For Nature Conservancy of Canada’s (NCC) Larry Simpson, there are few places as breathtaking as the Waldron – 30,535 acres of natural lands in the rolling foothills on the eastern slopes of the Rocky Mountains in southwestern Alberta. In 2014, NCC celebrated the completion of its fundraising to purchase a conservation easement on this spectacular land from the co-operative of 72 ranchers who own it protecting the landscape indefinitely for traditional ranching activity and as important wildlife habitat for species including grizzly bear, wolf and elk. It is the largest conservation initiative of its kind in Canadian history, and one in which TransCanada has played an indirect role.

“I think the ranchers, when we first approached them as an organization called ‘Nature Conservancy of Canada,’ they struggled to understand, well what did we really want? And did we just really want to tell them what to do and how to manage their affairs?” Simpson says. “Well, we were not interested in that. All we really wanted to achieve is an agreement that would maintain that land in the current condition it’s in, or better.”

To NCC, this meant that the range lands could not be cultivated, wetlands could not be drained and streams could not be diverted.

“Not that they would really want to anyway. They’re in the business of maintaining those lands as ranchers,” he adds.

Representing 72 shareholders, the Chairman of the Waldron Cooperative’s Board of Directors discovered that dealing with NCC was a bit of an unusual situation.

“You know how ranchers are – we say ‘Brian I’m going to be there in three days to get the fence done,’ and I’m there in three days to get the fence done. We say ‘Brian we’re going to split the cost,’ and we split the cost.
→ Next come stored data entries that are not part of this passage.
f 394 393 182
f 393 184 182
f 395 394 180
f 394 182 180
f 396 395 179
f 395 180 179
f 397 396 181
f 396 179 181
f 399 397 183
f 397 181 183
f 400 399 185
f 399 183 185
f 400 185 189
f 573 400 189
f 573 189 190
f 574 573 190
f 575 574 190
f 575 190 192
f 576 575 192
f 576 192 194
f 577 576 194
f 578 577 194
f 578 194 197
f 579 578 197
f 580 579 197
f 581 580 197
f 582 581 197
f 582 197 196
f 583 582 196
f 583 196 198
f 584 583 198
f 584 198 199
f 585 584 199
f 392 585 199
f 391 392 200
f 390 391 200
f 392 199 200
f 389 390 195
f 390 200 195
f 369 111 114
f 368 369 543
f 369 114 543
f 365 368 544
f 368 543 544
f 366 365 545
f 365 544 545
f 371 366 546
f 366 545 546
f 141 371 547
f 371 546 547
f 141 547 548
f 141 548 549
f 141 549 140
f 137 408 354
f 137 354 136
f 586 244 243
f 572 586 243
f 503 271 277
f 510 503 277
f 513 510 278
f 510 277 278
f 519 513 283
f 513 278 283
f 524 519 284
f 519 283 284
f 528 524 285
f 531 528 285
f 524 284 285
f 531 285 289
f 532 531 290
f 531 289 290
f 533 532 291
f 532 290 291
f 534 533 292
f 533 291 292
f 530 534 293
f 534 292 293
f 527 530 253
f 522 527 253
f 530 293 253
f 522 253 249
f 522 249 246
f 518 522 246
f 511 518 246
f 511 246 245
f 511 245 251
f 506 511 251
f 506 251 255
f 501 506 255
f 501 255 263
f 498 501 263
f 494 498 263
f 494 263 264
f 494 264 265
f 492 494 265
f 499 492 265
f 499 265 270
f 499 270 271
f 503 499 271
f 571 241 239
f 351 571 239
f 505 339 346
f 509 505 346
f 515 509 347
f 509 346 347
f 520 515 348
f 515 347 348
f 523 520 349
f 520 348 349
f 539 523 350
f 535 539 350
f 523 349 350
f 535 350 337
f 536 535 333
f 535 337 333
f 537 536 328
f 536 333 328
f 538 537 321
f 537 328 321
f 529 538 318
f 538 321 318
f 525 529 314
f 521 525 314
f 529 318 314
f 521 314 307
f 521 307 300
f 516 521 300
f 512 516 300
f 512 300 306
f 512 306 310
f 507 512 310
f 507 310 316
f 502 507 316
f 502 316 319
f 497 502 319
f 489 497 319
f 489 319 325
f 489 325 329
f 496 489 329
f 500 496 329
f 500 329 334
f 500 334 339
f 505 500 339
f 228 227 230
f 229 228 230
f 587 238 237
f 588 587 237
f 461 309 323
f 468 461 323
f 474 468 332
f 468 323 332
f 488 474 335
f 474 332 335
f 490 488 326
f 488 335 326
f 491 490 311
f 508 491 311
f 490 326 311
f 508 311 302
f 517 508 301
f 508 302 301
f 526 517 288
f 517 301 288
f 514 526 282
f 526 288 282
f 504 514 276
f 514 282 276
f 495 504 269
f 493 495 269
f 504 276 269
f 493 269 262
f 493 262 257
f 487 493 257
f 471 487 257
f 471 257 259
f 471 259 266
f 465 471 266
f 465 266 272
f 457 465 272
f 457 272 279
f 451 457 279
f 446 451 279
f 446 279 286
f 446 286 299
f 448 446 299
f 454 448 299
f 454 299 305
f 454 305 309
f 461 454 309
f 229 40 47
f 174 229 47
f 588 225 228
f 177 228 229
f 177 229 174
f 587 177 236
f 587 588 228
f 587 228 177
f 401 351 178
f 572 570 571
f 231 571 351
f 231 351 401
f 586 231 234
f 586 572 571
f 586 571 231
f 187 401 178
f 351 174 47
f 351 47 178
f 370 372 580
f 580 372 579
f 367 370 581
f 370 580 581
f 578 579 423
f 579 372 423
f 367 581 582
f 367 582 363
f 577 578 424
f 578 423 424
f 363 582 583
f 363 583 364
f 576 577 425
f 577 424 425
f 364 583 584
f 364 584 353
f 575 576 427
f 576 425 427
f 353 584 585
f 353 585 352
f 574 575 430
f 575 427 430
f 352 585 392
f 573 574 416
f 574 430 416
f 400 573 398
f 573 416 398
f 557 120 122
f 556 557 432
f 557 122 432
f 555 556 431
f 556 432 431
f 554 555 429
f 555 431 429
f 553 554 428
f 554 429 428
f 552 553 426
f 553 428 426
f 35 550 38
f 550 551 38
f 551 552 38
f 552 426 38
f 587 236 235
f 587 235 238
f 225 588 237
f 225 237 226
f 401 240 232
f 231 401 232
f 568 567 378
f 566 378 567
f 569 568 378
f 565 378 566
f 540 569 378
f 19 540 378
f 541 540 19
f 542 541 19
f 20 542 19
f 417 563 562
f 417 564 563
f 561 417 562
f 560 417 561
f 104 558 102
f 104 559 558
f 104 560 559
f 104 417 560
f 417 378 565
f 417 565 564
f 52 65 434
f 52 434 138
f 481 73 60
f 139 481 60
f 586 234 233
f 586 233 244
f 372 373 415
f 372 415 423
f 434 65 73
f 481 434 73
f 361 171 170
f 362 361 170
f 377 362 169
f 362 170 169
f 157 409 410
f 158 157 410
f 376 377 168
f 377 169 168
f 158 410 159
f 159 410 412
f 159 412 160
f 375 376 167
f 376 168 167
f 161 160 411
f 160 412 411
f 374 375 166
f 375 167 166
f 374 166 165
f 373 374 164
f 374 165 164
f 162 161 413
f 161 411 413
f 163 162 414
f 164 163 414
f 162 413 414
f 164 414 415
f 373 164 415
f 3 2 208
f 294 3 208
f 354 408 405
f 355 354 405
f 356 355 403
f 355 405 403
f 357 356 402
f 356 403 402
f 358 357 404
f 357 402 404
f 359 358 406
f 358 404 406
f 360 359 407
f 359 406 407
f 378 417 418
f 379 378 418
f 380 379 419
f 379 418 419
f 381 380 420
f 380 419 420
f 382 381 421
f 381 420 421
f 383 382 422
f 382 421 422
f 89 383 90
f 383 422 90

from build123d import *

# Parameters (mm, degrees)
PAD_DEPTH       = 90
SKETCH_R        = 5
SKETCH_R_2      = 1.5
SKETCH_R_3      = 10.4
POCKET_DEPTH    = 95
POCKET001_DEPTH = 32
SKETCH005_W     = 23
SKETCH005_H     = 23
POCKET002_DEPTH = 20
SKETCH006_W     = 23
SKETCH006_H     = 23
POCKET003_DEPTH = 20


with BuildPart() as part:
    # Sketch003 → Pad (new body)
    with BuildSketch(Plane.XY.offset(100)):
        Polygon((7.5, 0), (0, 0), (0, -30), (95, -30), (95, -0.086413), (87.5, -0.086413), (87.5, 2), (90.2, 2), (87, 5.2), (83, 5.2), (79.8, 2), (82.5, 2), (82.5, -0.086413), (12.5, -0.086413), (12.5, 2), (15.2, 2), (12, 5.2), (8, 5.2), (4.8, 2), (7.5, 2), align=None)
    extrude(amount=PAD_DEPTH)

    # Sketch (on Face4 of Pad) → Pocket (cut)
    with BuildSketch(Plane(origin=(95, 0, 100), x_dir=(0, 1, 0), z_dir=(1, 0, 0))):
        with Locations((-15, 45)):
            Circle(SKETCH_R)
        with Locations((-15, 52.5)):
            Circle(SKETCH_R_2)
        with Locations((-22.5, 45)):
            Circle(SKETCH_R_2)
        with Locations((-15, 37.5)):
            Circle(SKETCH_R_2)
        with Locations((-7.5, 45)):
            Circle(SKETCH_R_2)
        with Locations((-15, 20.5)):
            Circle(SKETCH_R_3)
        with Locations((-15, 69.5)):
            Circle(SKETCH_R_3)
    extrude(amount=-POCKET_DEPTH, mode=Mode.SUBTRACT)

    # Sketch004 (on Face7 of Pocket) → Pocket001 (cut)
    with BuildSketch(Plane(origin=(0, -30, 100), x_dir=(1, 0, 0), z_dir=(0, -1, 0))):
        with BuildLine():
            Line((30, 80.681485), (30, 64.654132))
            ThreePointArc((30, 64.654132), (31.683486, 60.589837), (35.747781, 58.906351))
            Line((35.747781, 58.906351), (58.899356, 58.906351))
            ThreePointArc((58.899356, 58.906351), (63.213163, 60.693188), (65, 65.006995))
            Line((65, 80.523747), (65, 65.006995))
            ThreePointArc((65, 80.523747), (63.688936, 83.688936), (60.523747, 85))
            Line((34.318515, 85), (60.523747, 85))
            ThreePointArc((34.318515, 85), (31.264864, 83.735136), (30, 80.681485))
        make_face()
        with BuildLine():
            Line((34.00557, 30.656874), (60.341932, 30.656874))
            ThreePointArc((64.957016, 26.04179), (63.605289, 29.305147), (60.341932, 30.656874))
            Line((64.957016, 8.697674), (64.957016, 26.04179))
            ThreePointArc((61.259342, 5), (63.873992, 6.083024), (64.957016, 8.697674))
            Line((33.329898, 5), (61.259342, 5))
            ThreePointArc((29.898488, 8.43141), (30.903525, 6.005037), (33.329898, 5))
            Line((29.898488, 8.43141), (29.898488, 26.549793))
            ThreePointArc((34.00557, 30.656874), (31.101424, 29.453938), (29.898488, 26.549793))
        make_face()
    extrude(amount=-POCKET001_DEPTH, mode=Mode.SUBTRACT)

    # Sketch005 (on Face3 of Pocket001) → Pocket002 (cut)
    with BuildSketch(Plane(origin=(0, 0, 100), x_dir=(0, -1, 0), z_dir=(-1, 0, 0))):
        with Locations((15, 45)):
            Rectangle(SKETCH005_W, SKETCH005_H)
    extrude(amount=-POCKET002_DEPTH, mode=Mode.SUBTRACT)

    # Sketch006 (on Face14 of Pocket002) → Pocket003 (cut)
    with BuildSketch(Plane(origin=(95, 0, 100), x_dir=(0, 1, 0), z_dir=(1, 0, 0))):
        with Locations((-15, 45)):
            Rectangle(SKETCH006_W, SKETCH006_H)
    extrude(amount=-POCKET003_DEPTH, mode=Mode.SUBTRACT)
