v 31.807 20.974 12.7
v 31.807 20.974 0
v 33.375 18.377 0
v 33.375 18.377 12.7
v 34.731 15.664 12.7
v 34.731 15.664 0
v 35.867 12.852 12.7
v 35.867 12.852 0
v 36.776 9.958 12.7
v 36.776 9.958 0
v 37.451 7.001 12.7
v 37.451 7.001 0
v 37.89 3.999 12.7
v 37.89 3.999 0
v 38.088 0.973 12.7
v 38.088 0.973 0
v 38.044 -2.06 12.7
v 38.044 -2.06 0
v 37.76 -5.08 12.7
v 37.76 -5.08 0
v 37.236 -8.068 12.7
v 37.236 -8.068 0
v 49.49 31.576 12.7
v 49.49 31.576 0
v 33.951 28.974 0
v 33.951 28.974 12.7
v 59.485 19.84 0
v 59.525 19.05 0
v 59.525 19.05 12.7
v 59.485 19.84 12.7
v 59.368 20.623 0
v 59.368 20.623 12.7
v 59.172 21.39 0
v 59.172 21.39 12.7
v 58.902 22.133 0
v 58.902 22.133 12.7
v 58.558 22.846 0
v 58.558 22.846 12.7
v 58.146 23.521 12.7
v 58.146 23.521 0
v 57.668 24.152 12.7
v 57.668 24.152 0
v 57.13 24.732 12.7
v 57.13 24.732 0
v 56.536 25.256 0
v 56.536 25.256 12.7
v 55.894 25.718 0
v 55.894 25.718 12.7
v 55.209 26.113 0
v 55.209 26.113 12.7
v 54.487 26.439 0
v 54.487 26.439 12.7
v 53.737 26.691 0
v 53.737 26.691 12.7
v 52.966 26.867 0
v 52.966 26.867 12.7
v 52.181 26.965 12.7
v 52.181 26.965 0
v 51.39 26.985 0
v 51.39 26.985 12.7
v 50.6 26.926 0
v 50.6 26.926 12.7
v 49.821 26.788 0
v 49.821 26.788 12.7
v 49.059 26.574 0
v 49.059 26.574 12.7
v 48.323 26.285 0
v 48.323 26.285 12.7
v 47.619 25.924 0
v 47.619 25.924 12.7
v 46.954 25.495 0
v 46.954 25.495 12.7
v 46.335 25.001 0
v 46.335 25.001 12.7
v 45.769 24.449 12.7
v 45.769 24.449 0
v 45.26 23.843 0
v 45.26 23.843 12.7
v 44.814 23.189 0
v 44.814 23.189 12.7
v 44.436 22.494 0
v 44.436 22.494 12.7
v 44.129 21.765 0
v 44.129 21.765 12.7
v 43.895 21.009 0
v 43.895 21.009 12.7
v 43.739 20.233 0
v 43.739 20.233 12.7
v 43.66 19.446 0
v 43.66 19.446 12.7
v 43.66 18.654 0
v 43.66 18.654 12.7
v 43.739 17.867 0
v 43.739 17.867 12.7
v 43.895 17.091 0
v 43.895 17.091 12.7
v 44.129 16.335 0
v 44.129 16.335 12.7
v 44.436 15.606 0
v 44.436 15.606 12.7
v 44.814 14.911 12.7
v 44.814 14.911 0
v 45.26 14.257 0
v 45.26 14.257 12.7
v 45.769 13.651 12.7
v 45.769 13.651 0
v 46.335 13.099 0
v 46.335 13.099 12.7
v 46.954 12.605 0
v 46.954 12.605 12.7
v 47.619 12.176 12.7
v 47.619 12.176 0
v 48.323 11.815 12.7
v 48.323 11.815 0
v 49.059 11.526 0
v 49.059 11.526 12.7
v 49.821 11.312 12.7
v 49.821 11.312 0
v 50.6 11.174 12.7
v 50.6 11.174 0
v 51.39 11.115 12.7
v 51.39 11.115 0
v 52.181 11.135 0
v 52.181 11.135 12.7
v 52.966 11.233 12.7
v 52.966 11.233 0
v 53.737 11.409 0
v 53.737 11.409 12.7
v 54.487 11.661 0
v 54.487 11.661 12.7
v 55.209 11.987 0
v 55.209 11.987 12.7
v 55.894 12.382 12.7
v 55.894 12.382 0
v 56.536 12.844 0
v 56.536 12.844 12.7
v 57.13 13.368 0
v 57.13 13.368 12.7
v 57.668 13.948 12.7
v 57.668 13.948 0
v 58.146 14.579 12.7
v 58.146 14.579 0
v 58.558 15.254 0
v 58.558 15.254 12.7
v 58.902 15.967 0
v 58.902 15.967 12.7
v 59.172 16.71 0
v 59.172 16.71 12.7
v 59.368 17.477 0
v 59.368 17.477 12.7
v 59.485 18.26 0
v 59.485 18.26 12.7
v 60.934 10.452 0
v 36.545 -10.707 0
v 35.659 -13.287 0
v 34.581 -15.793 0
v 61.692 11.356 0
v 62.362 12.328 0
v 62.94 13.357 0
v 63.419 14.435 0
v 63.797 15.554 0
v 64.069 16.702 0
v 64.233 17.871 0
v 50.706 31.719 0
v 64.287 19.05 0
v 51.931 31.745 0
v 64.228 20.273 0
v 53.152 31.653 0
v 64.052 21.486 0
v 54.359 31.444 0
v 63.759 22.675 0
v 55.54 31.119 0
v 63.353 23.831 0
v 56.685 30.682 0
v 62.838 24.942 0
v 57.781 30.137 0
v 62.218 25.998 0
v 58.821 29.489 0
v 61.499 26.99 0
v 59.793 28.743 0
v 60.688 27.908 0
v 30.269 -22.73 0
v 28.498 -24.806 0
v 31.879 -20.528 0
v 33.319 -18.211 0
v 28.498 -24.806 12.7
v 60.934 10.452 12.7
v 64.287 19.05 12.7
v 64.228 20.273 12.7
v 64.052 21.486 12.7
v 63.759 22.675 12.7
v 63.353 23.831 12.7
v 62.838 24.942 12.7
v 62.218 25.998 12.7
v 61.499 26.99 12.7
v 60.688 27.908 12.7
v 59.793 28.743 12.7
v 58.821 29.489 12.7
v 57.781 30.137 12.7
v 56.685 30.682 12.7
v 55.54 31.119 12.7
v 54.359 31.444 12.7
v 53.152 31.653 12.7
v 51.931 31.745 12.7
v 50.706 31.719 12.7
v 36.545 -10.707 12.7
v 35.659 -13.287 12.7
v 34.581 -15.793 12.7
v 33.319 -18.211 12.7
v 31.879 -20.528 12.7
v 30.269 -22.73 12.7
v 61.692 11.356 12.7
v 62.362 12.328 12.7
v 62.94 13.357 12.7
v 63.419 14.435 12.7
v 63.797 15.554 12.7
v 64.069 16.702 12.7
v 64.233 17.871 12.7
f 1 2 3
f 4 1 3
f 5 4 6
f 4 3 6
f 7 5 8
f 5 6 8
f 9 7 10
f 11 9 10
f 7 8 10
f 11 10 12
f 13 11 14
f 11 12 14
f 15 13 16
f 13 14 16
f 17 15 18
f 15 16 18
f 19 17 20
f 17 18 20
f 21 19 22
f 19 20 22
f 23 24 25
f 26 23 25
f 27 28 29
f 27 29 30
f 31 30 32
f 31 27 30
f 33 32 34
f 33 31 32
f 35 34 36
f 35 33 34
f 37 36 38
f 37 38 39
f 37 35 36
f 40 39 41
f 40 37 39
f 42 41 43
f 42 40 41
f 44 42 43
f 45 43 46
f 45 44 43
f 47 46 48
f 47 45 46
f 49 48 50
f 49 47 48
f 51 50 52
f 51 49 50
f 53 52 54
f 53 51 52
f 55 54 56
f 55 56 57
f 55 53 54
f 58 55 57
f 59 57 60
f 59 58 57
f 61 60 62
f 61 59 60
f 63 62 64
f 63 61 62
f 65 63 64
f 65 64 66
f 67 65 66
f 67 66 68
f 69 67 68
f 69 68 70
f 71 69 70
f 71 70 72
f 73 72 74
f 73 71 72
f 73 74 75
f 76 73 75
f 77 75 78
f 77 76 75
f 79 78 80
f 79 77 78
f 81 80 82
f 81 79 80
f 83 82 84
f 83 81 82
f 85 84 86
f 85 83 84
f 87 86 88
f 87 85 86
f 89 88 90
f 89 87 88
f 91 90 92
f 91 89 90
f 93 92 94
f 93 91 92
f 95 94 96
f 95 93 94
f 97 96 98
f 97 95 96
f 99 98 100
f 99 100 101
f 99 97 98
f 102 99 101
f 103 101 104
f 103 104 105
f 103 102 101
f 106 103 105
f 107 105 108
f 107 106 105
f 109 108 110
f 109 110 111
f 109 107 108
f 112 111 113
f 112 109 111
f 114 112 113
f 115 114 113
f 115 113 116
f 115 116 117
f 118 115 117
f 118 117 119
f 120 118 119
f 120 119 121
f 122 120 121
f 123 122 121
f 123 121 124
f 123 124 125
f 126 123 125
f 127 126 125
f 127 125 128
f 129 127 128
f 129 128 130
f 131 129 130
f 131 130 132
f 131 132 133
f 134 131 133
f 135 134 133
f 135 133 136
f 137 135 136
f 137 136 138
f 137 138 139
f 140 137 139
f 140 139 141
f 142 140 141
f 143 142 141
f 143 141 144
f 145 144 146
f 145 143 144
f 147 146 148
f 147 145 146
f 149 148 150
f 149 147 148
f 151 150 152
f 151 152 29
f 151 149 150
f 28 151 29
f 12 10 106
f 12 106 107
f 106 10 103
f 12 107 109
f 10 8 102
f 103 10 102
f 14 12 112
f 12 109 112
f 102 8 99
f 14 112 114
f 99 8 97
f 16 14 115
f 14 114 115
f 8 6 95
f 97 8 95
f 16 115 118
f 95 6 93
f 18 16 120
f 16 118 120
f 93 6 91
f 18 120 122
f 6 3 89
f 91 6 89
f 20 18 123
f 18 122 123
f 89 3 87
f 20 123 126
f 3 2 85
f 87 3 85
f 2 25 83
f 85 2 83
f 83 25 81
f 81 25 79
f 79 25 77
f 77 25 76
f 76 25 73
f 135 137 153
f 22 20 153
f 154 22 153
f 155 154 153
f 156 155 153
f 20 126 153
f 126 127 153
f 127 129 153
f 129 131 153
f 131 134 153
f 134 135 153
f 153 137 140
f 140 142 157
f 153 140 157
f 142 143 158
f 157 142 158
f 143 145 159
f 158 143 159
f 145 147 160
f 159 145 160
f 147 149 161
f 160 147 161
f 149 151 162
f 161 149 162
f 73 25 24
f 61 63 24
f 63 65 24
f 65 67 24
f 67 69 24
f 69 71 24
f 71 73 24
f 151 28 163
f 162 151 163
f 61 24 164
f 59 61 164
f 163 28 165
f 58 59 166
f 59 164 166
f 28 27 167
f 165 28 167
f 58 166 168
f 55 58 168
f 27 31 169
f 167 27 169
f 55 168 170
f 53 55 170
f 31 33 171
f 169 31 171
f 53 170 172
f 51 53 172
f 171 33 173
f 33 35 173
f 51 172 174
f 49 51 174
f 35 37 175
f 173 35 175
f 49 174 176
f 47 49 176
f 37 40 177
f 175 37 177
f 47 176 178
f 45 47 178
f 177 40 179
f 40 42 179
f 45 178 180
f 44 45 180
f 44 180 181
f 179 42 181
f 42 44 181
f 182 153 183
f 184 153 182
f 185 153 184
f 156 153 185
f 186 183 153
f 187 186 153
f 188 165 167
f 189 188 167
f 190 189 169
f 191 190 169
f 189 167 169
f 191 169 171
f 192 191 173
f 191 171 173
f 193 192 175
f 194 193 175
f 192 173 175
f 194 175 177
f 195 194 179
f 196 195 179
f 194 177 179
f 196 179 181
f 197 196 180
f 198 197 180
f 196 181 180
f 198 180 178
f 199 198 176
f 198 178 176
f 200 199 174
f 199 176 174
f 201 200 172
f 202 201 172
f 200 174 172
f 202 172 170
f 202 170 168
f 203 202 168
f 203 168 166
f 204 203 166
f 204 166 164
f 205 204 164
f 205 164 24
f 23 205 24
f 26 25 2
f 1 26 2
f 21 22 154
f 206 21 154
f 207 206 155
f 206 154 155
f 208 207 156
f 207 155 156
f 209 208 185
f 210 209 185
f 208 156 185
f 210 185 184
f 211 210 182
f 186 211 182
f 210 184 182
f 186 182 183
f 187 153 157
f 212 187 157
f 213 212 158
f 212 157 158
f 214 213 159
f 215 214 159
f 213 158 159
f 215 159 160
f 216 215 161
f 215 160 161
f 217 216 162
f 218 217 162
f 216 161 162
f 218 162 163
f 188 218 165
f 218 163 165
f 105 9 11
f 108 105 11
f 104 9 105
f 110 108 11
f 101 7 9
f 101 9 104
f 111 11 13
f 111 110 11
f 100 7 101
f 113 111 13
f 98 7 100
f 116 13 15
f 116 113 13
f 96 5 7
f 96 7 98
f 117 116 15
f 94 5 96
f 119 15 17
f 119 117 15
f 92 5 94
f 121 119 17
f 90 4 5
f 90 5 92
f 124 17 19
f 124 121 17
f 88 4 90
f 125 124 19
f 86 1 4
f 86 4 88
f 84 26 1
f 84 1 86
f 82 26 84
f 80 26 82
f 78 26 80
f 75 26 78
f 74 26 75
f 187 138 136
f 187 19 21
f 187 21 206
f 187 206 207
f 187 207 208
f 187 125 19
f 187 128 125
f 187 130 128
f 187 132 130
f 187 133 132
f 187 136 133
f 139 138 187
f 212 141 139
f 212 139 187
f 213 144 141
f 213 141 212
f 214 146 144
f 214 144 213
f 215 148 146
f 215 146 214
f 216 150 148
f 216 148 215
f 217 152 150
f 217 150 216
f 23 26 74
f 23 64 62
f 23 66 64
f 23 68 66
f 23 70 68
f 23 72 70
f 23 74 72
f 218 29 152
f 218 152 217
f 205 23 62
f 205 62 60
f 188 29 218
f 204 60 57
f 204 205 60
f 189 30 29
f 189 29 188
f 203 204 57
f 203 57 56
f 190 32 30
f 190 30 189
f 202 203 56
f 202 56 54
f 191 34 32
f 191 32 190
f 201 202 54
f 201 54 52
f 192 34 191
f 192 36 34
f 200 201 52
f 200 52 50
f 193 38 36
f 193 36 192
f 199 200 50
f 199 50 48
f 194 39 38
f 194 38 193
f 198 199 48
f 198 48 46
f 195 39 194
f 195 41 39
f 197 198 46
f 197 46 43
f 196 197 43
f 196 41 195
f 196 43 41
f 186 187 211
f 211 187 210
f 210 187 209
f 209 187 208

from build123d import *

# Parameters (mm, degrees)
F0_R     = 7.9375
F1_DEPTH = 12.7


with BuildPart() as f1:
    # F0 (on Top) → F1 (new body)
    with BuildSketch(Plane.XY):
        with BuildLine():
            ThreePointArc((31.8073335192, 20.9738774288), (37.4513031941, 7.0007063262), (37.2360288719, -8.0677229656))
            ThreePointArc((37.2360288719, -8.0677229656), (33.9725367984, -17.0138251575), (28.4983711579, -24.8059131627))
            Line((28.4983711579, -24.8059131627), (60.9339033423, 10.4515771637))
            ThreePointArc((60.9339033423, 10.4515771637), (40.4207699943, 13.0005062761), (49.4900105586, 31.5756120621))
            Line((49.4900105586, 31.5756120621), (33.9508555908, 28.9736107071))
            Line((33.9508555908, 28.9736107071), (31.8073335192, 20.9738774288))
        make_face()
        with BuildLine():
            ThreePointArc((49.4900105586, 31.5756120621), (40.4207699943, 13.0005062761), (60.9339033423, 10.4515771637))
            ThreePointArc((60.9339033423, 10.4515771637), (63.4193607937, 14.4353815135), (64.2874, 19.05))
            ThreePointArc((64.2874, 19.05), (59.79267739, 28.7434732141), (49.4900105586, 31.5756120621))
        make_face()
        with Locations((51.5874, 19.05)):
            Circle(F0_R, mode=Mode.SUBTRACT)
    extrude(amount=F1_DEPTH)


solid = f1.part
It’s done on a handshake,” says Tim Nelson. “So when they sent us a 38 page document we were like, ‘What?’ It was a bit of a different outlook for us.”

After some back and forth, an agreement was formed between the ranchers and the nature group. This meant the land would be protected according to the NCC’s guidelines, but could still be used and managed by the ranchers for grazing their cattle.

A third party in the mix was TransCanada – longtime supporter of NCC and owner and operator of pipelines that have run through the Waldron lands for over 60 years. TransCanada’s infrastructure on the Waldron includes the Burton Creek Compressor Station, the original Nova Gas Transmission Ltd. (NGTL) pipeline and the Foothills pipeline. These assets have operated on the Waldron for decades, reliably and responsibly serving natural gas to users in the Pacific Northwest, California, Nevada and western Canada.

“TransCanada works with groups trying to find if there’s a way we can re-establish rough fescue and other native species,” says Ian Jerrard, TransCanada’s local land agent in the Waldron area, who has worked for decades with local landowners and other stakeholders during project planning, construction, operation and maintenance. “And we work hard with the landowners to achieve something that’s at least as good as it was before we came to the area.”

“It looks to me the way a lot of it has come back in, someone was paying attention, but probably a lot more is known today compared to 20 or 30 years ago.”

“We haven’t always been successful, but at least we try different methods to get the native species’ to come back,” says Jerrard. “I don’t think every company does that, but it shows that TransCanada does care about our environment.”

As part of TransCanada’s commitment to environmental stewardship, we have contributed $2.7 million to the Nature Conservancy of Canada’s conservation program since 2003. Our support of agencies like NCC, Ducks Unlimited, Pollinator Partnership and Nature Canada are aligned with TransCanada’s corporate values of integrity, responsibility, collaboration and innovation. It’s about doing what’s right.